Courtesy of 20th Century Fox
Courtesy of 20th Century Fox

What is Vince Vaughn still doing in movies? I mean, all that stuff he did in the early 2000s as part of the “frat pack” was over 10 years ago (“Starsky and Hutch,” “Dodgeball”). You would think the novelty of his wooden acting and monotone droll would have worn off by now. Regardless, Vaughn certainly can’t hold down a plot entirely by himself. The last time he did was in the movie “Fred Claus” — remember how much fun that was? Vaughn is best when paired with a co-star or as the male supporting actor, oftentimes serving as the eccentric, comedic character to the male lead’s straight man. However, the filmmakers for “Unfinished Business” either didn’t get the memo or ran out of money in pre-production, so the audience was stuck with an unlikable, unrelatable and unfunny lead in a comedy, which tends to be a drawback when your aim is to make the audience laugh.

The film concerns main character Dan Trunkman (Vince Vaughn), who decides he’s had enough of being underfoot in the corporate ladder and decides to start his own company, joined by Timothy McWinters (Tom Wilkinson) and Mike Pancake (David Franco), who I assume got his role based purely on his merits as an actor and not for any familial reasons. The film concerns the trio having to go to Germany to secure a big sale and must compete with Dan’s old company, riotous protesters and family troubles back home that all prevent the movie from clocking in at under 90 minutes in length. Film is expensive, and if the movie was any longer the screenwriters may have actually had to spend some time, you know, screenwriting.

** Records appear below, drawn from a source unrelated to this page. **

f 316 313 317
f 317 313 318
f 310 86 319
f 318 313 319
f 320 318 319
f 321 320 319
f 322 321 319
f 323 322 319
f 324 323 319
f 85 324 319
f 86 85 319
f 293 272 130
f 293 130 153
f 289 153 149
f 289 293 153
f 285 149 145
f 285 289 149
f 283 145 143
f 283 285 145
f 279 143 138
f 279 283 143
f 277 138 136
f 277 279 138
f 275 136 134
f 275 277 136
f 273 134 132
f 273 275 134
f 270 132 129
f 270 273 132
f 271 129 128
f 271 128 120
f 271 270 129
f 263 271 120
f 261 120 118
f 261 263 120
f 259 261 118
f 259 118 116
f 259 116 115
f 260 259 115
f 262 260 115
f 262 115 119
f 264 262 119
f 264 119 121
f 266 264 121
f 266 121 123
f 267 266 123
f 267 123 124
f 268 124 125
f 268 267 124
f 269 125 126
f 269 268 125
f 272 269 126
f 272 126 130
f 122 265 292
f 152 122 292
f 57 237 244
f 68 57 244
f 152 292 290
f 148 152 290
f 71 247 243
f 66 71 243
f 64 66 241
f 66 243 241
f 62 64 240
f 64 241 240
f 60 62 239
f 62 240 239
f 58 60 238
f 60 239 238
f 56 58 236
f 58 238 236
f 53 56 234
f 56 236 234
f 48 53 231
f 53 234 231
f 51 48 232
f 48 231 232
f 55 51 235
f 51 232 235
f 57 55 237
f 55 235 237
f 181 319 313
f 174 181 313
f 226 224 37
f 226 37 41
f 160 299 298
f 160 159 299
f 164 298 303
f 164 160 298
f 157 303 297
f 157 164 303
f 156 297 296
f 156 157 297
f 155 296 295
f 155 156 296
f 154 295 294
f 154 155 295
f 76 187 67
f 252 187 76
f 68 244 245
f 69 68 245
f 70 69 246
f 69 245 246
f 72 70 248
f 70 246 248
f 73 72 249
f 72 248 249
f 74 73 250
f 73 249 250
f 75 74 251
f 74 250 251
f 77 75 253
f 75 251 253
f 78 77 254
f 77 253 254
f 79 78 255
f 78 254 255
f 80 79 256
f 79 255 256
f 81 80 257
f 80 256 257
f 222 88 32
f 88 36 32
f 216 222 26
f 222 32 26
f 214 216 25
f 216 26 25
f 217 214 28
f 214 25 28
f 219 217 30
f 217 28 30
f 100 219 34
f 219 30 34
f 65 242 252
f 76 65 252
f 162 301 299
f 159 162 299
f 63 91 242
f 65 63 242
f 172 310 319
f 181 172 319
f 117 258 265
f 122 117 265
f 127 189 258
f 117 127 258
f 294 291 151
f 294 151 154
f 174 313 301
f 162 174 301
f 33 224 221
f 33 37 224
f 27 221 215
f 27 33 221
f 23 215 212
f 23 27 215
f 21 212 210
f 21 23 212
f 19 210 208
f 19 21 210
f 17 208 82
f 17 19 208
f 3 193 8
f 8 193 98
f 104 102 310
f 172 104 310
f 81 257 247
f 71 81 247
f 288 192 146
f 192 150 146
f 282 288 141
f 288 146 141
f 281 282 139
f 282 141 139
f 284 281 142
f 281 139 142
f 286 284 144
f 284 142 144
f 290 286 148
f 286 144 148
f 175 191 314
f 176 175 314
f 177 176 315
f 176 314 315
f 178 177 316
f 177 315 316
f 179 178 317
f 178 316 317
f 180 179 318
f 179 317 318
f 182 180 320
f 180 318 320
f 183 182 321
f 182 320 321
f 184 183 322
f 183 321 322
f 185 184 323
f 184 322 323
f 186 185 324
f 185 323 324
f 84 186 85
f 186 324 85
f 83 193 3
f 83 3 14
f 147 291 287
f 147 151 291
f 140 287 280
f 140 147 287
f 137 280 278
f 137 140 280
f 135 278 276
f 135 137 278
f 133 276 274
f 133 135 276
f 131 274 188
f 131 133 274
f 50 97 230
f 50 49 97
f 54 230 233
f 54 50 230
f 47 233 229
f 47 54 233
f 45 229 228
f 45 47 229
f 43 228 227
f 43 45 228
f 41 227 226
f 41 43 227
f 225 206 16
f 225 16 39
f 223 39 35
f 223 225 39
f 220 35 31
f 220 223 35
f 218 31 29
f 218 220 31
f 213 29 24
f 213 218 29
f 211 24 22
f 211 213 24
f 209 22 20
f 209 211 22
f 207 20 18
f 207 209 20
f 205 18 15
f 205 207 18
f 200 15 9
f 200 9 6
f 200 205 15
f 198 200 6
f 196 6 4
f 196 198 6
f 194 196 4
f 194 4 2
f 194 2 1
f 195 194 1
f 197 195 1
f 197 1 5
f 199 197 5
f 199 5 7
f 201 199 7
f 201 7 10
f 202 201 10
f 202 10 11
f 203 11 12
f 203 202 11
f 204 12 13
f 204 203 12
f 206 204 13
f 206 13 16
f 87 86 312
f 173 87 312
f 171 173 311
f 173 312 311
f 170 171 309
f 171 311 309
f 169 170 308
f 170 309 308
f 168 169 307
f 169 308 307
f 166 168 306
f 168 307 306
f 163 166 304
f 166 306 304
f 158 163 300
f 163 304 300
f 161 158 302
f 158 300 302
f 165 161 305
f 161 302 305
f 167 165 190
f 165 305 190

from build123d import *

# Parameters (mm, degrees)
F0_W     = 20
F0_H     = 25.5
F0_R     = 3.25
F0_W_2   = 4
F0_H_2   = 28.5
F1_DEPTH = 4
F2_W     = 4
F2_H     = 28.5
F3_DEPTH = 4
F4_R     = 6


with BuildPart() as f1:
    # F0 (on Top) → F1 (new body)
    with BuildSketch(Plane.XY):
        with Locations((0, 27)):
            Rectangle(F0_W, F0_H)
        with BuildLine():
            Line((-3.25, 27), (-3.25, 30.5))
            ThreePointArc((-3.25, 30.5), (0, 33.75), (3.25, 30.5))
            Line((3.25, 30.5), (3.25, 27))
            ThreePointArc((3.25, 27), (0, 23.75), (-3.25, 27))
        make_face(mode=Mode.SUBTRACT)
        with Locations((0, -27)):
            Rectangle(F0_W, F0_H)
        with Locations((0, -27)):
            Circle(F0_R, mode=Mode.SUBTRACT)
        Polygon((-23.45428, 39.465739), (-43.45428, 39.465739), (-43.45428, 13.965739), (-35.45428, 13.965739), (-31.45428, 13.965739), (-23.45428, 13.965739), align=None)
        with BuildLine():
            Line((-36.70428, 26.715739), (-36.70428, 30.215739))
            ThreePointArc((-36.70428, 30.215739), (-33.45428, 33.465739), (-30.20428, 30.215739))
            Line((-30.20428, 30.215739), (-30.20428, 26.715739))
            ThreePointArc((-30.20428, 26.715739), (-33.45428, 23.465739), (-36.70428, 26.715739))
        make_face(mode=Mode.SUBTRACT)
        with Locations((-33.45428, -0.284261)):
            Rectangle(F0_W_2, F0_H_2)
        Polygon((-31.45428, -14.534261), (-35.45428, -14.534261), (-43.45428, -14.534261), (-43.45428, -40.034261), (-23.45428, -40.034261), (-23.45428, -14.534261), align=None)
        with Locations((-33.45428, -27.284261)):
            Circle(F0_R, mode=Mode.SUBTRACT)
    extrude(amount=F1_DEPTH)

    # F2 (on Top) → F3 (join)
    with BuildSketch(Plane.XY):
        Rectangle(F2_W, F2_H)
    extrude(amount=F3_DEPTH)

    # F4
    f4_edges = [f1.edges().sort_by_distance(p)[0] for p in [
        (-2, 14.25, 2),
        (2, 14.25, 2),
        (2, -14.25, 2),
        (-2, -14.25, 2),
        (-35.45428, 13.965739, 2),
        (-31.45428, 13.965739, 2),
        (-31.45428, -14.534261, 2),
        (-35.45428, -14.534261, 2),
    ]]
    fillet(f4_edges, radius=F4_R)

Now, I’m not a perpetual cynic, and I certainly can enjoy a “dumb” comedy. I like your Ron

Burgundys, your “Talladega Nights” and I was even able to tolerate “Wedding Crashers,” a film Vaughn was in. I remember, after seeing the trailer for this film thinking “Hey, it might not be so bad, the trailer looks funny.” However, everything remotely funny is actually in the trailer, and everything else is just filler or Vaughn trying to act dour and serious in the scenes involving his family struggles. If “Unfinished Business” actually looks funny to you, just watch the trailer, act out all the scenes you imagine come between parts of the trailer with some sock puppets, and then do it 1,000 more times until you hate yourself and all the jokes have lost their potency. Every joke not featured in the movie trailer is unfunny, and all the jokes featured in the trailer are so drawn out and overused that they cease to become a way of making the audience laugh and instead degrade into some cruel metaphor as to the state of original ideas and creativity in the world today.

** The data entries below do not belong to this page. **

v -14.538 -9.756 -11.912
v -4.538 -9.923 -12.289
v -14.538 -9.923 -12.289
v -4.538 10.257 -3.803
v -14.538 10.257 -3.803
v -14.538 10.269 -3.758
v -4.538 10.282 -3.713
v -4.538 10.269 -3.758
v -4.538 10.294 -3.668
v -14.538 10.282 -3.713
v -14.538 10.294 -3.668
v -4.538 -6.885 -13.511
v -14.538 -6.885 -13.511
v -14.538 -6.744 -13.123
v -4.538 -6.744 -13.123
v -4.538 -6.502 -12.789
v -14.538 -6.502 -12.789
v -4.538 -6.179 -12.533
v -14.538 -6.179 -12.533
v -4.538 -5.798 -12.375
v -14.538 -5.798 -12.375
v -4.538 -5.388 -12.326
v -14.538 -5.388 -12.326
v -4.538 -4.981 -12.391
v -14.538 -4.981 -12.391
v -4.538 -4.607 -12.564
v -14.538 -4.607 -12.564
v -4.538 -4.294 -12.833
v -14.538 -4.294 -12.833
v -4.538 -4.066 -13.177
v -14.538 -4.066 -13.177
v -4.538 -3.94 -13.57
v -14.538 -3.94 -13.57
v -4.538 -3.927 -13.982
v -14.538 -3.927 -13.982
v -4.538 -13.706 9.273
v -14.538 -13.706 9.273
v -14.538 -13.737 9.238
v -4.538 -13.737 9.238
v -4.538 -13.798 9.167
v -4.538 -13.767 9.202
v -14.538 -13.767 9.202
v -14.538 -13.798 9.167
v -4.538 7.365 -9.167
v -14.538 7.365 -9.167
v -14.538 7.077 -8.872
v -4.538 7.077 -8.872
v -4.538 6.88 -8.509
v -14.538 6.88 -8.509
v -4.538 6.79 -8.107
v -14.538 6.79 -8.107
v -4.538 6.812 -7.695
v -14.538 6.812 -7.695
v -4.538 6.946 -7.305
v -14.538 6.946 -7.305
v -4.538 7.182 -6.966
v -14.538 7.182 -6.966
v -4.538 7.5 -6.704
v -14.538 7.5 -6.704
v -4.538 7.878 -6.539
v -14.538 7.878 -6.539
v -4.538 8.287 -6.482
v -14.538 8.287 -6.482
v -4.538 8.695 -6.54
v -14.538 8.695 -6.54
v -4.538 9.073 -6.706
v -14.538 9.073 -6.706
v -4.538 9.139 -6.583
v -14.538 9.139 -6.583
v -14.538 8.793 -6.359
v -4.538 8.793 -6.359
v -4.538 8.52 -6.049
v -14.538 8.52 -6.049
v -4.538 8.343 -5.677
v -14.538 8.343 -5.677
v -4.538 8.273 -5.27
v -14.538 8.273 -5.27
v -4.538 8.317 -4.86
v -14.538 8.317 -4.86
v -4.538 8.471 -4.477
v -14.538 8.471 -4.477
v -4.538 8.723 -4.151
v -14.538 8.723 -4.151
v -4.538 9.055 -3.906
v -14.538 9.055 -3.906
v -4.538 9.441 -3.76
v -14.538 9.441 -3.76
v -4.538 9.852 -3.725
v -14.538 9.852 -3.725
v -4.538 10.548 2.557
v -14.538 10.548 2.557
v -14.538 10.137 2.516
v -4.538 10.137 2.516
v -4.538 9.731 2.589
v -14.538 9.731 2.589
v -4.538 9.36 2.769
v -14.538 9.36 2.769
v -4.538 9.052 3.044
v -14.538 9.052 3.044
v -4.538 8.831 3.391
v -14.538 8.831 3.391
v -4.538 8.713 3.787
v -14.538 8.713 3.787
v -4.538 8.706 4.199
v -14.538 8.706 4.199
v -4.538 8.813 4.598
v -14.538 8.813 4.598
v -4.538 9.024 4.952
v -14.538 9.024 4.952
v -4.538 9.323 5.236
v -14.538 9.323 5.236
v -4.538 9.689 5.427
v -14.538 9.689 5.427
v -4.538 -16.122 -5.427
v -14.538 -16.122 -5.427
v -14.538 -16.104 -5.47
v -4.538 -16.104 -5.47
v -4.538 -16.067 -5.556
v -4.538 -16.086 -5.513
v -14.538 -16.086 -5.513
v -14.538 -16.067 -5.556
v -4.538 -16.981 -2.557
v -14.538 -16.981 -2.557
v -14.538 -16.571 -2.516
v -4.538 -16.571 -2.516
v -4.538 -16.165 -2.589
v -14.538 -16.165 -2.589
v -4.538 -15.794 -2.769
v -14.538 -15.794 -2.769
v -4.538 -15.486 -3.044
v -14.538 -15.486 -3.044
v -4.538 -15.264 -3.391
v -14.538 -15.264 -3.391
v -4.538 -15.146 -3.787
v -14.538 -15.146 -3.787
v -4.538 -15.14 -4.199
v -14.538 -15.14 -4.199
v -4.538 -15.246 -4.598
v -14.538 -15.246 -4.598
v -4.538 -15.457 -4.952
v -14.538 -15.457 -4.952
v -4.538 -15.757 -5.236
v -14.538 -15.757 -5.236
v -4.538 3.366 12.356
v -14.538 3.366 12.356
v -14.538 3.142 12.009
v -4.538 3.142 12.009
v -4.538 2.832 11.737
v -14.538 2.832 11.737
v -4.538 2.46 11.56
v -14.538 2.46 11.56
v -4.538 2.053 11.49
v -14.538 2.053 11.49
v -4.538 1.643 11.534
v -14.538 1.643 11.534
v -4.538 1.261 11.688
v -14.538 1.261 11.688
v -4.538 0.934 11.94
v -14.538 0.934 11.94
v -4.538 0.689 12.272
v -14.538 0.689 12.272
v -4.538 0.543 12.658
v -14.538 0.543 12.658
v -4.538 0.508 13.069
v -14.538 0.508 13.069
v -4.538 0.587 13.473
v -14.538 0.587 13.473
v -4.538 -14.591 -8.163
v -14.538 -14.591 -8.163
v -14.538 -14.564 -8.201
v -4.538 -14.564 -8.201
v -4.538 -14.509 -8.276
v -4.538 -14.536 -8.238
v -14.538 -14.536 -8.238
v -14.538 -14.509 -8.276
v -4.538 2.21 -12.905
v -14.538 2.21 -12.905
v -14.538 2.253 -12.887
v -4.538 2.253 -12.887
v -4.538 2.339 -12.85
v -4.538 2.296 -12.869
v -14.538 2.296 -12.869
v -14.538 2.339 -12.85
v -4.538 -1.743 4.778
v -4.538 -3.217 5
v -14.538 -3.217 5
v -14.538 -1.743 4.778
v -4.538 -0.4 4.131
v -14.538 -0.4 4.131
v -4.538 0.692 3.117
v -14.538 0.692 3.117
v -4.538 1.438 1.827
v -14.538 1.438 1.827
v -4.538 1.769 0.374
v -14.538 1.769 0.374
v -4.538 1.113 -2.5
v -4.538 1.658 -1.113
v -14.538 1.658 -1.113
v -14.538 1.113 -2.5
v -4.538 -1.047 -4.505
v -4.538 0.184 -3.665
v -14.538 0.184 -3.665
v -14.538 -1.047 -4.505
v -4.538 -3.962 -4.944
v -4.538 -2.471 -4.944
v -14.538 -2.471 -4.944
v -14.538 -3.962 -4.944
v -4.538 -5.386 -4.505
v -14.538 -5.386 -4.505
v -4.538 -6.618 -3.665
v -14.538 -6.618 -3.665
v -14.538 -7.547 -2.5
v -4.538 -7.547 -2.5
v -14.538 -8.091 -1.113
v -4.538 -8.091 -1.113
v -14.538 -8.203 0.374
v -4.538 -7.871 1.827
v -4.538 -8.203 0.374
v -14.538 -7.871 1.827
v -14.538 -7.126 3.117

The film also suffers from plot convenience, and most of the interconnected scenes are spliced together with little to no explanation to how the characters got there. The trio crash their car in a farm outside of Hamburg, but then magically warp to a train station in Berlin. A riot prevents Dan from reaching a meeting, but he manages to get past security, somehow, and everything works out. Dan’s daughter is acting out at school, his son hates himself and his wife is concerned that his absentee parenting is too hard on the family. A Skype call and one drive home from the airport later, and everything is fixed. The film doesn’t seem like it was actually made by people, but rather by some screenwriting robot that analyzed every half-assed comedy ever made and decided to make a new one by blending all the distasteful elements together.

Now, the film isn’t entirely without merit. It’s mercifully short, Nick Frost appears on screen a few times and I managed to laugh three whole times throughout the screening. In addition, there’s quite a bit of nudity, which is at least engaging enough to keep my eyes on the screen rather than on my phone or on a particularly exciting stain on the floor of the theater.

Writing this review hasn’t been easy, partly because the film isn’t bad enough to be offensively bad and partly because I’m convinced giving this more than five minutes of thought would mean I put forth more work than the filmmakers did. If anything, “Unfinished Business” simply offends me based on how much it represents the state of cinema today. Anything that isn’t an adaptation of a young adult novel or Oscar bait is rushed out quickly with as little work done as possible to avoid major losses at the studio when it inevitably bombs at the box office. If they really wanted to save money, why not just draw a frowny face on a peeled potato? You can get a pound of Vince Vaughns for 99 cents.